ACTIVITY: Transcribe, verbatim, every line from the start of the entries through the line that contains "e110 -e50 -e130]"; include both boundary lines and omit all others.

(Saved data entries)
▼

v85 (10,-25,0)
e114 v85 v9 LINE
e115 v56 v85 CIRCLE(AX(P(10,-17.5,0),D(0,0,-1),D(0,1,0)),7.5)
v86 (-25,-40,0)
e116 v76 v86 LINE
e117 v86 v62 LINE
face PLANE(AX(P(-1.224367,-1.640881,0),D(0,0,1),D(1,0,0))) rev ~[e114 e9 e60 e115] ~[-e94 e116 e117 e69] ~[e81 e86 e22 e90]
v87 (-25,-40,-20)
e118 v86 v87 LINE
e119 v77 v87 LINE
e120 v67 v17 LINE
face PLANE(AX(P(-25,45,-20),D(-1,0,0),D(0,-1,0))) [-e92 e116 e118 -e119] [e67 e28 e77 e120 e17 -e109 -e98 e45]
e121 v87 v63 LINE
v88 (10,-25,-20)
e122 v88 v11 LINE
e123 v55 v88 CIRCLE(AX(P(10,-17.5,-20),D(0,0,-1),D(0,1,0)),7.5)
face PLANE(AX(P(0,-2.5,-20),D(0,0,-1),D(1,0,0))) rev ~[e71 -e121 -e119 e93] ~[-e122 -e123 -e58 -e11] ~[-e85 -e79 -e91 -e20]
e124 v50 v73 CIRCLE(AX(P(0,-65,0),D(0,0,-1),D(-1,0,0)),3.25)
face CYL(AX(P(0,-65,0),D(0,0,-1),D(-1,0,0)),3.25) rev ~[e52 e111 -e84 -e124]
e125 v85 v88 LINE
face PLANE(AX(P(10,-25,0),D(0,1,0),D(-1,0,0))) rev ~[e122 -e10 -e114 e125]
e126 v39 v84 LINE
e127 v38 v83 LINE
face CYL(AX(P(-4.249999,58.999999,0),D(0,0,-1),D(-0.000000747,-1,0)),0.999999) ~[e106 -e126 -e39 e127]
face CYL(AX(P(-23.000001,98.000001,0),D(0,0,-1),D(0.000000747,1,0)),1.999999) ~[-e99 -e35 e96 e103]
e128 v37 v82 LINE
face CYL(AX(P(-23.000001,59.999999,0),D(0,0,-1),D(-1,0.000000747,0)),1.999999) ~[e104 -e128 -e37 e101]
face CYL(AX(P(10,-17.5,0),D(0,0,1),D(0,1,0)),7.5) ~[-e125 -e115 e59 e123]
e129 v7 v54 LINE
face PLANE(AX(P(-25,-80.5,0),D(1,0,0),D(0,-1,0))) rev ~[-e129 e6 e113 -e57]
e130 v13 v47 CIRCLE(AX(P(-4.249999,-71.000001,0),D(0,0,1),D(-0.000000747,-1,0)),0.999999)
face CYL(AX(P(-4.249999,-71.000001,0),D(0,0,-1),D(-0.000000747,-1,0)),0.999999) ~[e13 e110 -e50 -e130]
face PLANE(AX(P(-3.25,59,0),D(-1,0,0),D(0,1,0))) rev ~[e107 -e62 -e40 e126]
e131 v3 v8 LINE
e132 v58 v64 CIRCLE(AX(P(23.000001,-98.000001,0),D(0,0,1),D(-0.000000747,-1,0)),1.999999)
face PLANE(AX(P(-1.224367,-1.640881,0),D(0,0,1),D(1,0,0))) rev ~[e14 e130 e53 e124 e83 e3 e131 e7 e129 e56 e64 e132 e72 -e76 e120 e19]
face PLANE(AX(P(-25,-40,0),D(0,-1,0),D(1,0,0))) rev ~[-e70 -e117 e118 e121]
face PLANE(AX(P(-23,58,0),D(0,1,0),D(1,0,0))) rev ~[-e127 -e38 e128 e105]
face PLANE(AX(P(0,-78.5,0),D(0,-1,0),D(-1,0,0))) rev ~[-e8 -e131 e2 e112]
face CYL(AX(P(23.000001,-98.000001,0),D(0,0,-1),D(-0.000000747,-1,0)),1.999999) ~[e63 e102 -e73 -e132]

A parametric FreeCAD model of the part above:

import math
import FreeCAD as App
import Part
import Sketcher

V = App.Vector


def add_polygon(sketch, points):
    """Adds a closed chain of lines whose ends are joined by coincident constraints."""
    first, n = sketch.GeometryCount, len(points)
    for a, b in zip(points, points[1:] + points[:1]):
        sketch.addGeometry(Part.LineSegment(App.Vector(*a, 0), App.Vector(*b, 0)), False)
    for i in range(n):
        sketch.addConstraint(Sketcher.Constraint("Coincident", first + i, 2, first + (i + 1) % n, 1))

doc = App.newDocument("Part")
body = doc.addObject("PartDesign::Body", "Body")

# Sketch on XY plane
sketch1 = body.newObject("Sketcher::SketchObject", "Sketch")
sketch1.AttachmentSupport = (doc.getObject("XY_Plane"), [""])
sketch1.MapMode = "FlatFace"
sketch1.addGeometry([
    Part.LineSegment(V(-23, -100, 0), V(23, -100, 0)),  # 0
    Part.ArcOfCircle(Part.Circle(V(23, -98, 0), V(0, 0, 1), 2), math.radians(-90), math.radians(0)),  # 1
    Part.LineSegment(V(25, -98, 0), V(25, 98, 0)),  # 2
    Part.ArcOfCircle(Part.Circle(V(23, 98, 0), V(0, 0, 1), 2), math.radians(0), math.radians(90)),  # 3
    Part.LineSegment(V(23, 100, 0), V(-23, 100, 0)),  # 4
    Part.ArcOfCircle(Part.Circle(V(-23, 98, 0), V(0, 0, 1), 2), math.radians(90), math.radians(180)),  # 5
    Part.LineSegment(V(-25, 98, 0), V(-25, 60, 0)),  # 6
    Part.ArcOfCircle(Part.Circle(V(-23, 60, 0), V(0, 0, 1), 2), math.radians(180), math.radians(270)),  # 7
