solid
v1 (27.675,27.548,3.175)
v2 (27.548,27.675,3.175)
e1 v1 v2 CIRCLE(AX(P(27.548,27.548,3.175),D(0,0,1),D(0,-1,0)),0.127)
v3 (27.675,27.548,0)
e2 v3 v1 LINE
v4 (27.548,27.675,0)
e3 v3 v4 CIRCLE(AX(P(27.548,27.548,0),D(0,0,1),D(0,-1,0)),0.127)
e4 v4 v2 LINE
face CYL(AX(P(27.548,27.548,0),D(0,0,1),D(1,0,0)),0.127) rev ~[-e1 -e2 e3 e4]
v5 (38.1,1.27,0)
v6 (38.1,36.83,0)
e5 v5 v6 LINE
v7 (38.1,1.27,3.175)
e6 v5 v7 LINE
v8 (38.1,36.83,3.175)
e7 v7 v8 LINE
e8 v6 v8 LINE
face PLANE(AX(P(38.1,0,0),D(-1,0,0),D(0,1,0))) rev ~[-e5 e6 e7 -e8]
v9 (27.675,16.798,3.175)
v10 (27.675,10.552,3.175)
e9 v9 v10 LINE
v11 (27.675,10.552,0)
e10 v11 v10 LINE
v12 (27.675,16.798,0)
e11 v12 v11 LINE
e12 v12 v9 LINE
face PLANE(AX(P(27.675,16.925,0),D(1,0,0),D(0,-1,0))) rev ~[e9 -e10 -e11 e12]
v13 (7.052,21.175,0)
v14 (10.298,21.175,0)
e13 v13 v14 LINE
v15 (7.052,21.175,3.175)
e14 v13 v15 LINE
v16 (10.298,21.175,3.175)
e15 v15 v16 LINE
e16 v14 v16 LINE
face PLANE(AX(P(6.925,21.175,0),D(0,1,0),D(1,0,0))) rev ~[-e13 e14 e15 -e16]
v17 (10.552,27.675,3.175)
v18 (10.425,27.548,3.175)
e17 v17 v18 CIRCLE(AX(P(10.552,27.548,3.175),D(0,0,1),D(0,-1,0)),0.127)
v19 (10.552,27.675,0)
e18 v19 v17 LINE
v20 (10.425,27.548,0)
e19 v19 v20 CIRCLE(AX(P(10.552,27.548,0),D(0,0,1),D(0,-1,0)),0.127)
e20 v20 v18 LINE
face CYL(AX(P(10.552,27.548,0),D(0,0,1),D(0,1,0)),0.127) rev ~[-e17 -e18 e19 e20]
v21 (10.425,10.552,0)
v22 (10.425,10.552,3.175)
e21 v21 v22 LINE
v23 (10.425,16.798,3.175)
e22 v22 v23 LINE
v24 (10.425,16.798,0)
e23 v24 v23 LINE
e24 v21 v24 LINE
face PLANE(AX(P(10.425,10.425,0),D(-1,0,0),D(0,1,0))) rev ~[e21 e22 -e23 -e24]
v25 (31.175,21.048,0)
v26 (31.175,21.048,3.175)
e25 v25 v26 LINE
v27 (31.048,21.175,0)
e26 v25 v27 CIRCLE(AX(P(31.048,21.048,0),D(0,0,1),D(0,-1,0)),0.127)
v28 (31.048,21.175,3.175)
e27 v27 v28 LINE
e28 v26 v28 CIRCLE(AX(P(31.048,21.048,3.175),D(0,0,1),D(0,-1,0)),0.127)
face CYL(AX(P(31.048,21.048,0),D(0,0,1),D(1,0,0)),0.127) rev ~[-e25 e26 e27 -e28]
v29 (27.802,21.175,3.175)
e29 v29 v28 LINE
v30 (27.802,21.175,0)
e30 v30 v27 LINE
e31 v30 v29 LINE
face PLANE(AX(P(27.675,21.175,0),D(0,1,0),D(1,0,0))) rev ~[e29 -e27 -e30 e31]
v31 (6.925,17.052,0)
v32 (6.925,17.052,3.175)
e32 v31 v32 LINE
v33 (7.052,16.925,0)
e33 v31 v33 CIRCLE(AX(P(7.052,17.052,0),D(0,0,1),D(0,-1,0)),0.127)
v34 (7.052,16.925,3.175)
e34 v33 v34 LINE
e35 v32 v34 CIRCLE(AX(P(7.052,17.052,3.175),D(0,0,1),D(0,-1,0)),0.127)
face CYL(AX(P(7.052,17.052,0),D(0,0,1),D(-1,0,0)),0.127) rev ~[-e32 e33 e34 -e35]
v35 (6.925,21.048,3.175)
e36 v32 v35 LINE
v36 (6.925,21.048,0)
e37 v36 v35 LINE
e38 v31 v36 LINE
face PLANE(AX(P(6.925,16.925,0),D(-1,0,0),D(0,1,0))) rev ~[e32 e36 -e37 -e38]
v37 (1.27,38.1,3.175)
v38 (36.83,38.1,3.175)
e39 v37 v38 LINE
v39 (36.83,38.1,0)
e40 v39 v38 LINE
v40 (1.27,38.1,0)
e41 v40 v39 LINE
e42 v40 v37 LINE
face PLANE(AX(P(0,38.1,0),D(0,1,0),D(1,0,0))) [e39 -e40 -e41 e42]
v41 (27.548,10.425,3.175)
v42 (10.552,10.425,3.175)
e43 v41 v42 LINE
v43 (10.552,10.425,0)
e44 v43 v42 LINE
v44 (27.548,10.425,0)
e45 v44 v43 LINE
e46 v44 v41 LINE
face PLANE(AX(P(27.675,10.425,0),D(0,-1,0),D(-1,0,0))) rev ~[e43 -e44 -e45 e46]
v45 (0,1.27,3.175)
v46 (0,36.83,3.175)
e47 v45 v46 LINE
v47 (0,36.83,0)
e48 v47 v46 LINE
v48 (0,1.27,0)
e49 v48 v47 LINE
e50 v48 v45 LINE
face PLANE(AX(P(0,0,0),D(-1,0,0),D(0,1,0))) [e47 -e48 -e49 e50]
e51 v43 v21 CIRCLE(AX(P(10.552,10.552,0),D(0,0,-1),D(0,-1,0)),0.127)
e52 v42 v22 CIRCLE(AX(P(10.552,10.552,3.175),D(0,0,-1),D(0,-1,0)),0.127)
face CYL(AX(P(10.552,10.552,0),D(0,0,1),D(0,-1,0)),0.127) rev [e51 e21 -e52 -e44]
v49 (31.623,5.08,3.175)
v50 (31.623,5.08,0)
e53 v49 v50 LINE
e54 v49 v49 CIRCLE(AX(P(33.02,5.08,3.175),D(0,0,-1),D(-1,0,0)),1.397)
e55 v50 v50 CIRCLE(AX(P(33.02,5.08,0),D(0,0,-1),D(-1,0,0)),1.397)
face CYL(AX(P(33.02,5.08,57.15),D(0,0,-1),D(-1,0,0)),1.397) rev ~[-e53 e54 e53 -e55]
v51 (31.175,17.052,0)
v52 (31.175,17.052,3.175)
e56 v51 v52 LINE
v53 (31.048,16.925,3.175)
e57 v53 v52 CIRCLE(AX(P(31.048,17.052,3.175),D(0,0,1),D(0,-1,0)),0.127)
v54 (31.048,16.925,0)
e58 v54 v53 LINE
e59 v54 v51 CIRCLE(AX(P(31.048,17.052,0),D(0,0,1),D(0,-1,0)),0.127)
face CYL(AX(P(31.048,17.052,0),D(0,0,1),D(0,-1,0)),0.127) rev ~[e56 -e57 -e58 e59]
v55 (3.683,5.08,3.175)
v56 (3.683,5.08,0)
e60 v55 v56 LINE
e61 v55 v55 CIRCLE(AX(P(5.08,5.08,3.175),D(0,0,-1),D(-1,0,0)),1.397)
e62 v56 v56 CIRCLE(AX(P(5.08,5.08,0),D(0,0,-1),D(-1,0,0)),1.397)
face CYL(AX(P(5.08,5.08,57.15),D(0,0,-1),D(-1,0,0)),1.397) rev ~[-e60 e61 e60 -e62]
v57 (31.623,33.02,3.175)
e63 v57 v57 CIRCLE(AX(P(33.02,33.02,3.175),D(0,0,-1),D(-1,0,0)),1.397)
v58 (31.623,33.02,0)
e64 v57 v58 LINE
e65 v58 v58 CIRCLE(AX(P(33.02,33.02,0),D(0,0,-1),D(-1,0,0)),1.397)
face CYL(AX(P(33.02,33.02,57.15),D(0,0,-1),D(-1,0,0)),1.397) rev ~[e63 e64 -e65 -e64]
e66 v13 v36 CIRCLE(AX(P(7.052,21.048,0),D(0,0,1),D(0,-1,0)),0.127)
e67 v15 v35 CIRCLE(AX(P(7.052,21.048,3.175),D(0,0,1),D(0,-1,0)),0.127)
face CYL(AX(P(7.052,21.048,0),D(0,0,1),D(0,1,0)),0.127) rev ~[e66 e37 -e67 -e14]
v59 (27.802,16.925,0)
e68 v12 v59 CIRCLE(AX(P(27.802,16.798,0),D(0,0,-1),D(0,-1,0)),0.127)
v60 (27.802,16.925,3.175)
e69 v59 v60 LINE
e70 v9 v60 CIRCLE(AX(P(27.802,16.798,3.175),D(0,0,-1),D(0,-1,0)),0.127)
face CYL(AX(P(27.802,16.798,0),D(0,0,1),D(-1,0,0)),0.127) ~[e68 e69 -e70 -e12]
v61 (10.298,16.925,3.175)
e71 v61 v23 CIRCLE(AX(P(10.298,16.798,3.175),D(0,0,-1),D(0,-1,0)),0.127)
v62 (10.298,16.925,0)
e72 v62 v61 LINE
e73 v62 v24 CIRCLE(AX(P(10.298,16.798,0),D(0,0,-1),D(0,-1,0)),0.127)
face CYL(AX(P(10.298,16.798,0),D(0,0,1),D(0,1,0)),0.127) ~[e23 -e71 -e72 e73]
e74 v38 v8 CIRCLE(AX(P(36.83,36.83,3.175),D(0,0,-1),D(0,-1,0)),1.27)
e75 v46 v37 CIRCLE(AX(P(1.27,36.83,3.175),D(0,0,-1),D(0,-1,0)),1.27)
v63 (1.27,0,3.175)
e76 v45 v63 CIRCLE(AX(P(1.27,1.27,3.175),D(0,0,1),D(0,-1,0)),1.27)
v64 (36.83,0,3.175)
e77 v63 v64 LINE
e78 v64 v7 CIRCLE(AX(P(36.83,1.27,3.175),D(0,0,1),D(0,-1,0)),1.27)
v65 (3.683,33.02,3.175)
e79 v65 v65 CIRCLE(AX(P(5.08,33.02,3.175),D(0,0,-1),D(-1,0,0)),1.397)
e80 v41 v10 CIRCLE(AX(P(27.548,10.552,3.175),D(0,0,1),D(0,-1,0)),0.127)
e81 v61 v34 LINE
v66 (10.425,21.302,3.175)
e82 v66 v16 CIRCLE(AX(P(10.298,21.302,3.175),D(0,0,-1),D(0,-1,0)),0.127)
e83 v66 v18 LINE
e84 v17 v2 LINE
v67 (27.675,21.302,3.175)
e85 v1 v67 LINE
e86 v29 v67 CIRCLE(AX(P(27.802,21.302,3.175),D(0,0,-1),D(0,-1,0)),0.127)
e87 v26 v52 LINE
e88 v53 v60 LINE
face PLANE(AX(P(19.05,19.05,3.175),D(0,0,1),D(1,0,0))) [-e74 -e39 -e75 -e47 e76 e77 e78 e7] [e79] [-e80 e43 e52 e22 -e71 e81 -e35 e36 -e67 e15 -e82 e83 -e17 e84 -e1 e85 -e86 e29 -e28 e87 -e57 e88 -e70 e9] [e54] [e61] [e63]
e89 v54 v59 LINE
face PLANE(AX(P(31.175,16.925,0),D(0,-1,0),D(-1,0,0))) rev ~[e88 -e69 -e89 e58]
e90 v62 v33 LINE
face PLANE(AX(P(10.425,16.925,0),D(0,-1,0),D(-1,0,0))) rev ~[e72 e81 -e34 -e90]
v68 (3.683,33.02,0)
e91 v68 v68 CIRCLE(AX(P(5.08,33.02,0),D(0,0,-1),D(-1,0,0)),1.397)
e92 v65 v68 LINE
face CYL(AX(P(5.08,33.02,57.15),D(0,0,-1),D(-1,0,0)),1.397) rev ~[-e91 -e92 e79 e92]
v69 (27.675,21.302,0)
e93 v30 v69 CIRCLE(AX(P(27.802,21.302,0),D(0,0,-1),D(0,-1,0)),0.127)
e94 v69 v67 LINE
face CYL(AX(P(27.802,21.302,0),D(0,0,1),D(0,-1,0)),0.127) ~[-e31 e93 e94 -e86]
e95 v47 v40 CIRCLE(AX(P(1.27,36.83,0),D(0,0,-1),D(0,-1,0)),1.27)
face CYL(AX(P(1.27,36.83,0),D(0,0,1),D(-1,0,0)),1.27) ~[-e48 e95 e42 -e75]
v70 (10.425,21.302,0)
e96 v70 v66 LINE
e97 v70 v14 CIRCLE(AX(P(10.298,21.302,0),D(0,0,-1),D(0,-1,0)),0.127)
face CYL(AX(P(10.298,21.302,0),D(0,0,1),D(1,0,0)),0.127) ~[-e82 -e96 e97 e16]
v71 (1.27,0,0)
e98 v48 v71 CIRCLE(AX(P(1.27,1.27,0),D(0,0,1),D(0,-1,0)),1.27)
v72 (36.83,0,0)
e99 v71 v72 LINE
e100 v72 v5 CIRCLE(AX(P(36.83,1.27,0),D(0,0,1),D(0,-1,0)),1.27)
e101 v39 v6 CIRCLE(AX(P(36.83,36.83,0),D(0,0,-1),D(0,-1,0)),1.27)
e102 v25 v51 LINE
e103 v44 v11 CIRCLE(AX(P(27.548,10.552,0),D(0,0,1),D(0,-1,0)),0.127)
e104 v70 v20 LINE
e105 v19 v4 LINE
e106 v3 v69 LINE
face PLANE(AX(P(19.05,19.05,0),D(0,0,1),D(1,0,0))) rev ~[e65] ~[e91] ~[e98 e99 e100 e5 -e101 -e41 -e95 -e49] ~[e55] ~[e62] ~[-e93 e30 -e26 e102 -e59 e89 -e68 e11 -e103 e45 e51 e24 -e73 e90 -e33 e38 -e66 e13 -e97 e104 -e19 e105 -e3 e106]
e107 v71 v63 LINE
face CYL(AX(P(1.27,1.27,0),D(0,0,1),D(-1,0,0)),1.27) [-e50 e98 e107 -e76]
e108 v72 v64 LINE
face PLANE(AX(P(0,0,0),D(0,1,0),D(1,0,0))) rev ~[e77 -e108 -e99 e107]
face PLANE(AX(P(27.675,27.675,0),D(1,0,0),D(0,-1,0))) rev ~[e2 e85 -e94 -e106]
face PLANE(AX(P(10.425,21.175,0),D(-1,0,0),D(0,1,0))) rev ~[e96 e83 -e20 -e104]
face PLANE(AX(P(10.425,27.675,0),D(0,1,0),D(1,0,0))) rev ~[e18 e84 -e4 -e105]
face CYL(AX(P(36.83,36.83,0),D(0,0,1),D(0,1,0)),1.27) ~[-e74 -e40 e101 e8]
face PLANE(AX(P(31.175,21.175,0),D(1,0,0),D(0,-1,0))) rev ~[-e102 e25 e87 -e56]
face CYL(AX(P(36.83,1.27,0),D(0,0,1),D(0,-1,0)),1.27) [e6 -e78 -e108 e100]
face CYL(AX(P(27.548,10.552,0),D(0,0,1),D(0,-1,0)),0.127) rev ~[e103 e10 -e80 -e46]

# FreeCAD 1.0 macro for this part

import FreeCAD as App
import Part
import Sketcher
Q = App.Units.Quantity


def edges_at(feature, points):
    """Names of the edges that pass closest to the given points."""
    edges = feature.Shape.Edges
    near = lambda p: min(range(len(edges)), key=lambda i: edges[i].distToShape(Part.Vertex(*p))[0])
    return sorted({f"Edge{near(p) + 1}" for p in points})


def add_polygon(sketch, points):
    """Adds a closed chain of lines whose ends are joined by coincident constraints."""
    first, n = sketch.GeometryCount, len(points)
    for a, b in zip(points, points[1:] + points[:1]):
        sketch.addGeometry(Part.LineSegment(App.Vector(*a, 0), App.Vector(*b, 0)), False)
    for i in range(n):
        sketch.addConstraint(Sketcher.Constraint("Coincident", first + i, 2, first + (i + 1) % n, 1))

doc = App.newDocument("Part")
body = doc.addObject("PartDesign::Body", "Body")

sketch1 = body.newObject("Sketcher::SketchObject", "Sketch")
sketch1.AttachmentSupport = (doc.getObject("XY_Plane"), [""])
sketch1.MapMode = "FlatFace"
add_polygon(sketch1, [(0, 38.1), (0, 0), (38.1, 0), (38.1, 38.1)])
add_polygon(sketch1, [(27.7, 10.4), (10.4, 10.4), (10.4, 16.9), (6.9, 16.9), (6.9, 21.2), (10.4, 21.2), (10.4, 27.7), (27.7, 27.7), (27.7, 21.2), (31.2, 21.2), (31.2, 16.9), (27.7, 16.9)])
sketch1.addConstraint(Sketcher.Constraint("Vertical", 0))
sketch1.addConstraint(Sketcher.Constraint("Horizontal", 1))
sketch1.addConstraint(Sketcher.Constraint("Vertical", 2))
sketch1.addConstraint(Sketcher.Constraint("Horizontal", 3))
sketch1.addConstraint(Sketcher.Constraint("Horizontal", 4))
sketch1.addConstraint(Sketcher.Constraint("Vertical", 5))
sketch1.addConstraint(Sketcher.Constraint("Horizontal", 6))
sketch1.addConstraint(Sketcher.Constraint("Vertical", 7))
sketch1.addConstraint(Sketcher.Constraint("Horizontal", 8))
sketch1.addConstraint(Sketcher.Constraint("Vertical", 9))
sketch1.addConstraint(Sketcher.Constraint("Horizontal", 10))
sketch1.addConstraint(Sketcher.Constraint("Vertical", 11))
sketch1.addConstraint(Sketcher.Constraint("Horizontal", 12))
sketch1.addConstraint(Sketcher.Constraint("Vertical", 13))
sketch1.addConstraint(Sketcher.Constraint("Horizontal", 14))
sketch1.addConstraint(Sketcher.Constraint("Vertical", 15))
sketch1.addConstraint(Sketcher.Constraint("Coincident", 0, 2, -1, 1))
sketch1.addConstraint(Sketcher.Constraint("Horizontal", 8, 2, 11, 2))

▲

OUTPUT BELOW:
v85 (10,-25,0)
e114 v85 v9 LINE
e115 v56 v85 CIRCLE(AX(P(10,-17.5,0),D(0,0,-1),D(0,1,0)),7.5)
v86 (-25,-40,0)
e116 v76 v86 LINE
e117 v86 v62 LINE
face PLANE(AX(P(-1.224367,-1.640881,0),D(0,0,1),D(1,0,0))) rev ~[e114 e9 e60 e115] ~[-e94 e116 e117 e69] ~[e81 e86 e22 e90]
v87 (-25,-40,-20)
e118 v86 v87 LINE
e119 v77 v87 LINE
e120 v67 v17 LINE
face PLANE(AX(P(-25,45,-20),D(-1,0,0),D(0,-1,0))) [-e92 e116 e118 -e119] [e67 e28 e77 e120 e17 -e109 -e98 e45]
e121 v87 v63 LINE
v88 (10,-25,-20)
e122 v88 v11 LINE
e123 v55 v88 CIRCLE(AX(P(10,-17.5,-20),D(0,0,-1),D(0,1,0)),7.5)
face PLANE(AX(P(0,-2.5,-20),D(0,0,-1),D(1,0,0))) rev ~[e71 -e121 -e119 e93] ~[-e122 -e123 -e58 -e11] ~[-e85 -e79 -e91 -e20]
e124 v50 v73 CIRCLE(AX(P(0,-65,0),D(0,0,-1),D(-1,0,0)),3.25)
face CYL(AX(P(0,-65,0),D(0,0,-1),D(-1,0,0)),3.25) rev ~[e52 e111 -e84 -e124]
e125 v85 v88 LINE
face PLANE(AX(P(10,-25,0),D(0,1,0),D(-1,0,0))) rev ~[e122 -e10 -e114 e125]
e126 v39 v84 LINE
e127 v38 v83 LINE
face CYL(AX(P(-4.249999,58.999999,0),D(0,0,-1),D(-0.000000747,-1,0)),0.999999) ~[e106 -e126 -e39 e127]
face CYL(AX(P(-23.000001,98.000001,0),D(0,0,-1),D(0.000000747,1,0)),1.999999) ~[-e99 -e35 e96 e103]
e128 v37 v82 LINE
face CYL(AX(P(-23.000001,59.999999,0),D(0,0,-1),D(-1,0.000000747,0)),1.999999) ~[e104 -e128 -e37 e101]
face CYL(AX(P(10,-17.5,0),D(0,0,1),D(0,1,0)),7.5) ~[-e125 -e115 e59 e123]
e129 v7 v54 LINE
face PLANE(AX(P(-25,-80.5,0),D(1,0,0),D(0,-1,0))) rev ~[-e129 e6 e113 -e57]
e130 v13 v47 CIRCLE(AX(P(-4.249999,-71.000001,0),D(0,0,1),D(-0.000000747,-1,0)),0.999999)
face CYL(AX(P(-4.249999,-71.000001,0),D(0,0,-1),D(-0.000000747,-1,0)),0.999999) ~[e13 e110 -e50 -e130]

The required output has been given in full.